Task prompt
Repeat exactly the lines below that lie between the line with "e10 v10 v9 LINE" and the line with "v25 (18.1172,-16.6172,2.5)", counting both of those lines as part of the answer.

Information
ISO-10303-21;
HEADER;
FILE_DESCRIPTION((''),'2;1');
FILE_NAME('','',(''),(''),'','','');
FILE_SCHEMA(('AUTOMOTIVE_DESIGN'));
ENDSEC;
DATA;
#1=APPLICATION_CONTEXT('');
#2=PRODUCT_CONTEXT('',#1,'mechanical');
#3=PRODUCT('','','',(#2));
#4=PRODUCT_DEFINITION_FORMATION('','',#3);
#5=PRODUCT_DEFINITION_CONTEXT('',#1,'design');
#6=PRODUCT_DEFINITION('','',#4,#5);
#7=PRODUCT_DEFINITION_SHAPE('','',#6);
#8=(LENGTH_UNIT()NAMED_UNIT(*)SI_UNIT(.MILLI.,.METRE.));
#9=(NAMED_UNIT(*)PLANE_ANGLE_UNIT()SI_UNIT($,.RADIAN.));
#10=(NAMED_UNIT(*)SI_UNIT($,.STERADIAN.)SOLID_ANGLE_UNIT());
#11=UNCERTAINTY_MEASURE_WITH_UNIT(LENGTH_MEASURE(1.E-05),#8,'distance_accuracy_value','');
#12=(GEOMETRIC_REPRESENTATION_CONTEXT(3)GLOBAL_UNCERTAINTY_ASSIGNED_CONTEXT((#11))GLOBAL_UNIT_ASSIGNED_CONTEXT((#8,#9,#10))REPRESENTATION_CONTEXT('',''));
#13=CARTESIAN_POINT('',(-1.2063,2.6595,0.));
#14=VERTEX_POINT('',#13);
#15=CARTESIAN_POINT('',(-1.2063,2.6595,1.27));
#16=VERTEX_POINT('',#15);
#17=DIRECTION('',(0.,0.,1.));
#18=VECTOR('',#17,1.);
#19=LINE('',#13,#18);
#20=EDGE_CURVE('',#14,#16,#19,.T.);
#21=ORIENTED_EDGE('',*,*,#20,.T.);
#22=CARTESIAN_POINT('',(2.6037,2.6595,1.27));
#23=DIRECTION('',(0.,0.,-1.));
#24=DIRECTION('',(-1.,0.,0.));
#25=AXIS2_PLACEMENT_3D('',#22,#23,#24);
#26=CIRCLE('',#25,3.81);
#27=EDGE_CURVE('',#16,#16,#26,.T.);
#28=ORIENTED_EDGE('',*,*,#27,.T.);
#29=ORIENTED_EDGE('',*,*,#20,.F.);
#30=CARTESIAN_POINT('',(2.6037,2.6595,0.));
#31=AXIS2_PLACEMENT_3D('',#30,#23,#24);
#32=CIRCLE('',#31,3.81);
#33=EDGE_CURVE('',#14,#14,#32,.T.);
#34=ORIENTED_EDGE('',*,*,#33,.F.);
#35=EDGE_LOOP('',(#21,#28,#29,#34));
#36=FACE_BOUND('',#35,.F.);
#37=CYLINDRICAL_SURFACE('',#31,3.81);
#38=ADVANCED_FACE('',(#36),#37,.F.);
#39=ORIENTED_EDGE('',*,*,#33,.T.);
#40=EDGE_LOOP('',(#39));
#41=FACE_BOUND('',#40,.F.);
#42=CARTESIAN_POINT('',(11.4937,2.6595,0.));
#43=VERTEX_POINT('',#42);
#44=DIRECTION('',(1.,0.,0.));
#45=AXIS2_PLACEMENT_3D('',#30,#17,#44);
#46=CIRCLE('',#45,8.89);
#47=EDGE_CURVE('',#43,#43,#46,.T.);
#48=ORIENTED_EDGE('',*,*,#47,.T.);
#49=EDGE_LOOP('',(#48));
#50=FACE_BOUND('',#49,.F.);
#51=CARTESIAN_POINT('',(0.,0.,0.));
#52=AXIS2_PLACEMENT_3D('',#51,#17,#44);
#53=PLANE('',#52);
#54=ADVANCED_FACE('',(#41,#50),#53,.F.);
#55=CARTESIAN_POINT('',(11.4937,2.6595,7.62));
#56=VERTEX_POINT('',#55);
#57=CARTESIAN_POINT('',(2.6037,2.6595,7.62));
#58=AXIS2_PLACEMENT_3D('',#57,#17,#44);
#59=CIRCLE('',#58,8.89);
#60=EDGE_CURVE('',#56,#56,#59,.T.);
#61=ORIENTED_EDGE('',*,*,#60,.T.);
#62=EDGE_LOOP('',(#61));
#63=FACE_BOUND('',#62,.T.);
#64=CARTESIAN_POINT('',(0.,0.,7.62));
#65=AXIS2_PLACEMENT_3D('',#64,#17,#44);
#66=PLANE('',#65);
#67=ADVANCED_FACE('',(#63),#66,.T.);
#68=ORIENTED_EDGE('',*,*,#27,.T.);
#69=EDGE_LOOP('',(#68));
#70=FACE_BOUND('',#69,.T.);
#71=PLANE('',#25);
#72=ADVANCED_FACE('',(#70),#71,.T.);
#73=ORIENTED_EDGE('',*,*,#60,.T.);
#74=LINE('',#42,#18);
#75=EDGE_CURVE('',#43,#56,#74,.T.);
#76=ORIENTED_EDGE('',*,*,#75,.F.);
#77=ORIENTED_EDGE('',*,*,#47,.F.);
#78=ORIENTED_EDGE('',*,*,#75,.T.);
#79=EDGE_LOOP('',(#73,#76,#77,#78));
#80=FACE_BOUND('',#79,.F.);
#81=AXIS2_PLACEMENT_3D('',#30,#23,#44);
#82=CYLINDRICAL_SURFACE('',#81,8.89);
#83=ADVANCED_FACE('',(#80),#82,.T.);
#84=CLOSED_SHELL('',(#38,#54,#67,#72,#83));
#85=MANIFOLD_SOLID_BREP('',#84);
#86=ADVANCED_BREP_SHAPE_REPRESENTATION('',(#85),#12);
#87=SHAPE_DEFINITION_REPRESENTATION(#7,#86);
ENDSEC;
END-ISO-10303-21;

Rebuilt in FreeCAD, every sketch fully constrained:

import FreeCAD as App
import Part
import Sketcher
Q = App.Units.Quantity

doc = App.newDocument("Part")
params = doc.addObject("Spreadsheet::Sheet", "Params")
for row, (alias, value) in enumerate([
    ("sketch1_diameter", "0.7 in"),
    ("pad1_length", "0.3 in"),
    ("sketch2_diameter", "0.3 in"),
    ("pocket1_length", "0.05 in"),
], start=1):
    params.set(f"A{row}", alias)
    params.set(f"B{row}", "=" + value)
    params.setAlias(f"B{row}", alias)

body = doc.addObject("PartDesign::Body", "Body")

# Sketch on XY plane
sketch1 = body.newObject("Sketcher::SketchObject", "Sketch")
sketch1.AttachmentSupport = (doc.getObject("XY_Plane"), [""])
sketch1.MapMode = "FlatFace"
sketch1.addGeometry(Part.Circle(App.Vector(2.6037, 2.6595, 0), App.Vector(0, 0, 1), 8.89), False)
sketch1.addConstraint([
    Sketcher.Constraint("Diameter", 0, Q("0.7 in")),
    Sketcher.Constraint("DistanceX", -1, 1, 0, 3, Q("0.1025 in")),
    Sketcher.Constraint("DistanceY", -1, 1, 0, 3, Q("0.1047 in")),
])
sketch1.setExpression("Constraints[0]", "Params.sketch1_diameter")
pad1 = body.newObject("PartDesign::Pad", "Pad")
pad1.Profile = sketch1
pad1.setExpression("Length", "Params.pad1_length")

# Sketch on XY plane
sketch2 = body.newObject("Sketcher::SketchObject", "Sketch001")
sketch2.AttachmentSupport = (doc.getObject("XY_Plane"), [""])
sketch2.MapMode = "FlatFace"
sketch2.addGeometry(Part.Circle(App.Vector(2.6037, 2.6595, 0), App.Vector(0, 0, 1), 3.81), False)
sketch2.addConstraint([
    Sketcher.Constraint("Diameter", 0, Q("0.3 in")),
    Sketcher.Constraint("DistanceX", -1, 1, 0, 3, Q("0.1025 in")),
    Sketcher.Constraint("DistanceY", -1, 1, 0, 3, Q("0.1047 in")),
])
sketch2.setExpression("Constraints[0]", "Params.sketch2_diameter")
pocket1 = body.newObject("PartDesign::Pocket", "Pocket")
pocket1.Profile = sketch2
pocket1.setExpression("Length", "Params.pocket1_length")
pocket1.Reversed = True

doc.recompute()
--
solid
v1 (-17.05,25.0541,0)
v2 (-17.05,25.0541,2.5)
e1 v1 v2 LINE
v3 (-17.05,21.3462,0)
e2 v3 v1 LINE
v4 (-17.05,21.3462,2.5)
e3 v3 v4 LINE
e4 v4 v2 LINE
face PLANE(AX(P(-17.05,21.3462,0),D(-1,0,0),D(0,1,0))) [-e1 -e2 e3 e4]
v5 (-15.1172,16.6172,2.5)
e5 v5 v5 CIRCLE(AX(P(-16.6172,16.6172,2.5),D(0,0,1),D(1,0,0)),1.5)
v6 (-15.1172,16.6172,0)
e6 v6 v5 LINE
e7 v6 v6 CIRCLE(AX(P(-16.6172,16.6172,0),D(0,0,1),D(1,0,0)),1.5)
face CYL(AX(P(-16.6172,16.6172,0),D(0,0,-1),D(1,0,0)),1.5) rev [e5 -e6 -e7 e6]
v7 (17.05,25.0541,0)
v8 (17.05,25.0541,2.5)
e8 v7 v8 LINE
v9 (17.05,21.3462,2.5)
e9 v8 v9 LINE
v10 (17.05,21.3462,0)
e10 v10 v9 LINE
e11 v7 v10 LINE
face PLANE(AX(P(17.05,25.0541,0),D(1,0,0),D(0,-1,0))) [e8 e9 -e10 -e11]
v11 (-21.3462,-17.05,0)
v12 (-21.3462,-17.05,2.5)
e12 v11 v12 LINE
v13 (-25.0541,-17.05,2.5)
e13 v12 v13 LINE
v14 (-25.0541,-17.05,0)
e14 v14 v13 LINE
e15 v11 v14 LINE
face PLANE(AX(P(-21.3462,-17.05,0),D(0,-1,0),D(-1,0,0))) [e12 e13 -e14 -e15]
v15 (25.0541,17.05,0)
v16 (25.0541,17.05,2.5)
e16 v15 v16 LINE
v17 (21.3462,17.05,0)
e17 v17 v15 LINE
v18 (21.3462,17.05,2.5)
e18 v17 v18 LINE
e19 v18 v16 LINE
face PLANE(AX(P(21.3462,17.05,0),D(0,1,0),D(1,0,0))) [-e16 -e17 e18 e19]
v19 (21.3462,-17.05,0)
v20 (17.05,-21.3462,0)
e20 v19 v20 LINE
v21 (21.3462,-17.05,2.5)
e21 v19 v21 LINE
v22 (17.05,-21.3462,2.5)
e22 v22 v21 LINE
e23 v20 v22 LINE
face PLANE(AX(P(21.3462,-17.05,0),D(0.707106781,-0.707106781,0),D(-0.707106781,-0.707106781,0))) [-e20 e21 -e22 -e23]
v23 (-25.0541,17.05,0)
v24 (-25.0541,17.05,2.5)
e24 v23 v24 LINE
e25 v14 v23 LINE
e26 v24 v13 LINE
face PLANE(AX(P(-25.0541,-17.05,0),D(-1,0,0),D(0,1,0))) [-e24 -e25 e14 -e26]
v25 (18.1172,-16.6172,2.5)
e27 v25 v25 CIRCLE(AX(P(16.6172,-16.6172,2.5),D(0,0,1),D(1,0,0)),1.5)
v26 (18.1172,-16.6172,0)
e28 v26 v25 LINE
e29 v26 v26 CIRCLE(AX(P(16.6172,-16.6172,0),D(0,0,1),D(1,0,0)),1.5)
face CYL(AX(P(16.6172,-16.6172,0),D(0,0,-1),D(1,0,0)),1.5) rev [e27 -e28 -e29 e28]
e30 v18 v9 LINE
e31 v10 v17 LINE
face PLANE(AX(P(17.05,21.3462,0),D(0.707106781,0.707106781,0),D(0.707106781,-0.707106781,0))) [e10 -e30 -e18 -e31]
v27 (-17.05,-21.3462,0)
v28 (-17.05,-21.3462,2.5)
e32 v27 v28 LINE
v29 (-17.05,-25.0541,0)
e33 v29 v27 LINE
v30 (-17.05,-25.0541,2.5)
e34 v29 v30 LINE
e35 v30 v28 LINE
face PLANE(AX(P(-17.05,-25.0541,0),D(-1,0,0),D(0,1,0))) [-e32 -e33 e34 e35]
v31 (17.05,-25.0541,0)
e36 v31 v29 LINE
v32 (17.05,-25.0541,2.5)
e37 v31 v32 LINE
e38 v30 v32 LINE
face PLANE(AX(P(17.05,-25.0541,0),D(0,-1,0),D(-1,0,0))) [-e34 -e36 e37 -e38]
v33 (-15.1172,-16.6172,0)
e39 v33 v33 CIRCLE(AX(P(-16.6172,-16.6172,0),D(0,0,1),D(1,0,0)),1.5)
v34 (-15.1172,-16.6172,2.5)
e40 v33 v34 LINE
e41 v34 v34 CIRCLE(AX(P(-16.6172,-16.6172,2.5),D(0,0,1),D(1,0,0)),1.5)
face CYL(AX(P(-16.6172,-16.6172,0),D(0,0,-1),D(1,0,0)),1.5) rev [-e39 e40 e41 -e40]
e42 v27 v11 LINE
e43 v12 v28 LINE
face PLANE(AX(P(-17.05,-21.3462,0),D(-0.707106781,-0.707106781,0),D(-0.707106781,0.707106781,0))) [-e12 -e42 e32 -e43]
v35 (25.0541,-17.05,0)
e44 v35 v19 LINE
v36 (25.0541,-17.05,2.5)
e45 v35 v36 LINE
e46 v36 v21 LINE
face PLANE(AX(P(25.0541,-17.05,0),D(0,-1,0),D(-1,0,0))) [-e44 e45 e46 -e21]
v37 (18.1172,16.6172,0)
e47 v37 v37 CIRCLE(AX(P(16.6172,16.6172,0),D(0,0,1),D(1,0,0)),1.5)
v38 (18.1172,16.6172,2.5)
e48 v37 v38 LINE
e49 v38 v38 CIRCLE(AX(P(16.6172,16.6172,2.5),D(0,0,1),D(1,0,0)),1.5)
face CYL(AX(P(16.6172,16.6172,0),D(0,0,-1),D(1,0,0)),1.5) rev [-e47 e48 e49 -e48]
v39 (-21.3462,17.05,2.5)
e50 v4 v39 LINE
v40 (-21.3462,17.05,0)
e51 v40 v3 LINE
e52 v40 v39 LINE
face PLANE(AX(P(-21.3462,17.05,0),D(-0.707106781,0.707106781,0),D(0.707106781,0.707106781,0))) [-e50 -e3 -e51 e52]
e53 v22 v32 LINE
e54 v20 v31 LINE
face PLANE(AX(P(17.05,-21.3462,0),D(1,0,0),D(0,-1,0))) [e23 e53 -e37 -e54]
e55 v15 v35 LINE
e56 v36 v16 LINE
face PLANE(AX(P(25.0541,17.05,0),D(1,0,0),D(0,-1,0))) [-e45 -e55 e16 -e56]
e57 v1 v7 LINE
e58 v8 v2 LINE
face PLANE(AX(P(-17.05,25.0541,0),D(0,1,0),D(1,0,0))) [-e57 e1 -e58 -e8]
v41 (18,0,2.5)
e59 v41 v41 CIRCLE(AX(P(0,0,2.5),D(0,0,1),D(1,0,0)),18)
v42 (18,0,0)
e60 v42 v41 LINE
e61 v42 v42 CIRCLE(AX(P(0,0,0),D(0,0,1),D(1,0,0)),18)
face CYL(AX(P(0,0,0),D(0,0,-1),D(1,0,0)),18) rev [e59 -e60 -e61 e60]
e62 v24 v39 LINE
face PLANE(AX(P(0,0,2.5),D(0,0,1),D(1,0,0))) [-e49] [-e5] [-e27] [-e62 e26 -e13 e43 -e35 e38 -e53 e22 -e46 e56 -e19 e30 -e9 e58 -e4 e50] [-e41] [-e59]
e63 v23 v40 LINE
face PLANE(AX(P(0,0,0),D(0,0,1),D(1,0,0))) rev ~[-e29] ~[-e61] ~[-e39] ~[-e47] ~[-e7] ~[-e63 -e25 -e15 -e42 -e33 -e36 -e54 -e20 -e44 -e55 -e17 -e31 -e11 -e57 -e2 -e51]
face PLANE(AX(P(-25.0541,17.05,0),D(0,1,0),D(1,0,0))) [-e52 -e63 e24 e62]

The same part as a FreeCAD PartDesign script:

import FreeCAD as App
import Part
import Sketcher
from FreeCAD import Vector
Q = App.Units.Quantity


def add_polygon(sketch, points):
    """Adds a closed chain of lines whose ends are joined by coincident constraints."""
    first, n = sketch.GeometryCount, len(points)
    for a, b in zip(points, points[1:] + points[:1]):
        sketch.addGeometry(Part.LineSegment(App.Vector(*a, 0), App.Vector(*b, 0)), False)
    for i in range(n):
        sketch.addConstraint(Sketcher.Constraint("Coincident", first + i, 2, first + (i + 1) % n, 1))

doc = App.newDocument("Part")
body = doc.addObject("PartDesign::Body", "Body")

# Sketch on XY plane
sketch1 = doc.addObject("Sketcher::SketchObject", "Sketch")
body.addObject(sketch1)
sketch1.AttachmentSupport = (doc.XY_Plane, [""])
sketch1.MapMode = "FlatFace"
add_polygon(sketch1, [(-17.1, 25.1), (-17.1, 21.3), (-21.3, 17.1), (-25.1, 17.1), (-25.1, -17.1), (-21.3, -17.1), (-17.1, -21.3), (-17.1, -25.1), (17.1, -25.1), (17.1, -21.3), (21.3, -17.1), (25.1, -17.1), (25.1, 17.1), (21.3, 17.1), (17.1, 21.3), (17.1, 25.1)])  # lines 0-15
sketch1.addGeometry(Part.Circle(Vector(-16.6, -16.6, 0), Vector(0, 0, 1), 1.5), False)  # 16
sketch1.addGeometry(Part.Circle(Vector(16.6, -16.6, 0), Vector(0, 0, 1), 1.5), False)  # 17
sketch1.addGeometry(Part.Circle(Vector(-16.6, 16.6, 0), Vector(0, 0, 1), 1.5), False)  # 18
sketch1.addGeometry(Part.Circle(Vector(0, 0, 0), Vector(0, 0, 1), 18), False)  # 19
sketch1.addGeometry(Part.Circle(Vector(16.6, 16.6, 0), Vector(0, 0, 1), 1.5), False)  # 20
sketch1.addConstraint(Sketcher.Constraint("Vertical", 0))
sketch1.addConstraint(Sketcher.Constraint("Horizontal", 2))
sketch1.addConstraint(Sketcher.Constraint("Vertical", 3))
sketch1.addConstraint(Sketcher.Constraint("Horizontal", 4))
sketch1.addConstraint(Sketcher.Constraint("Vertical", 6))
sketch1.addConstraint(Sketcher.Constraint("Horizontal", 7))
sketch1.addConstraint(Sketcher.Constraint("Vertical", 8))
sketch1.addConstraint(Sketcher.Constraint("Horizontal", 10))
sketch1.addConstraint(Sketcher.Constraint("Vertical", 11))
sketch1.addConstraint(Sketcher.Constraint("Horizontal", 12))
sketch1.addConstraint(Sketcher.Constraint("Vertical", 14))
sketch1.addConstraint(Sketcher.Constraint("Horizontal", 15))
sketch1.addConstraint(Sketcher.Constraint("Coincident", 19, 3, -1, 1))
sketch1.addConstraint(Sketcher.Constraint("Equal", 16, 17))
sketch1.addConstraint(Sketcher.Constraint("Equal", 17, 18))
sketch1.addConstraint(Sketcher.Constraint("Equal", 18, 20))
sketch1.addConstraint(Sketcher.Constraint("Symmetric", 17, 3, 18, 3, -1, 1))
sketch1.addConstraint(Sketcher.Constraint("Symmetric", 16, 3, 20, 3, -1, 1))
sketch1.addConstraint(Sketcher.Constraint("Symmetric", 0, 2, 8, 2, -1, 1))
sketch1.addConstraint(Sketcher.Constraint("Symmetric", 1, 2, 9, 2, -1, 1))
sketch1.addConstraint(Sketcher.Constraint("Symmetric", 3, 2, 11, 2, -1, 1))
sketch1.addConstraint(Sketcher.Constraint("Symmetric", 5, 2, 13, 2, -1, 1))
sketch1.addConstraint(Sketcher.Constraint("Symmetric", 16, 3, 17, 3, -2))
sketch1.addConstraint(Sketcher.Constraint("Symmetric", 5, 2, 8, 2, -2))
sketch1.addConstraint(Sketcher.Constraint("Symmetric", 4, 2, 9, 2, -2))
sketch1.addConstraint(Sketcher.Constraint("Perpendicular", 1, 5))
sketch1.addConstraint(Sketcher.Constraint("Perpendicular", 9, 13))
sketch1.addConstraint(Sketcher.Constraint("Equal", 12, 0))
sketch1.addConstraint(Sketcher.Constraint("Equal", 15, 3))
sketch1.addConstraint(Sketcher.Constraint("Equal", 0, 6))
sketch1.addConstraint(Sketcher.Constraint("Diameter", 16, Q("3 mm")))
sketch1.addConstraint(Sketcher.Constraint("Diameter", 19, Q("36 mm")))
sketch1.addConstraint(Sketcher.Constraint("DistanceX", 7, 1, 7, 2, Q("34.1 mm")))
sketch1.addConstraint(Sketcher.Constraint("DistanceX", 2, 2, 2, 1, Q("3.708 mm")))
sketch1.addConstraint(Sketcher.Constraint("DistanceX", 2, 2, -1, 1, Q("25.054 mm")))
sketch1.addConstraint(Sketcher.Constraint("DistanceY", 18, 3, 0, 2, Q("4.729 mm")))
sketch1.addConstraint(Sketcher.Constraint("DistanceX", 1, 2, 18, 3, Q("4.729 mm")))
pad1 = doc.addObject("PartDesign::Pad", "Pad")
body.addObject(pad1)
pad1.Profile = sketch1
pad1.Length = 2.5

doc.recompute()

Answer for this exercise
e10 v10 v9 LINE
e11 v7 v10 LINE
face PLANE(AX(P(17.05,25.0541,0),D(1,0,0),D(0,-1,0))) [e8 e9 -e10 -e11]
v11 (-21.3462,-17.05,0)
v12 (-21.3462,-17.05,2.5)
e12 v11 v12 LINE
v13 (-25.0541,-17.05,2.5)
e13 v12 v13 LINE
v14 (-25.0541,-17.05,0)
e14 v14 v13 LINE
e15 v11 v14 LINE
face PLANE(AX(P(-21.3462,-17.05,0),D(0,-1,0),D(-1,0,0))) [e12 e13 -e14 -e15]
v15 (25.0541,17.05,0)
v16 (25.0541,17.05,2.5)
e16 v15 v16 LINE
v17 (21.3462,17.05,0)
e17 v17 v15 LINE
v18 (21.3462,17.05,2.5)
e18 v17 v18 LINE
e19 v18 v16 LINE
face PLANE(AX(P(21.3462,17.05,0),D(0,1,0),D(1,0,0))) [-e16 -e17 e18 e19]
v19 (21.3462,-17.05,0)
v20 (17.05,-21.3462,0)
e20 v19 v20 LINE
v21 (21.3462,-17.05,2.5)
e21 v19 v21 LINE
v22 (17.05,-21.3462,2.5)
e22 v22 v21 LINE
e23 v20 v22 LINE
face PLANE(AX(P(21.3462,-17.05,0),D(0.707106781,-0.707106781,0),D(-0.707106781,-0.707106781,0))) [-e20 e21 -e22 -e23]
v23 (-25.0541,17.05,0)
v24 (-25.0541,17.05,2.5)
e24 v23 v24 LINE
e25 v14 v23 LINE
e26 v24 v13 LINE
face PLANE(AX(P(-25.0541,-17.05,0),D(-1,0,0),D(0,1,0))) [-e24 -e25 e14 -e26]
v25 (18.1172,-16.6172,2.5)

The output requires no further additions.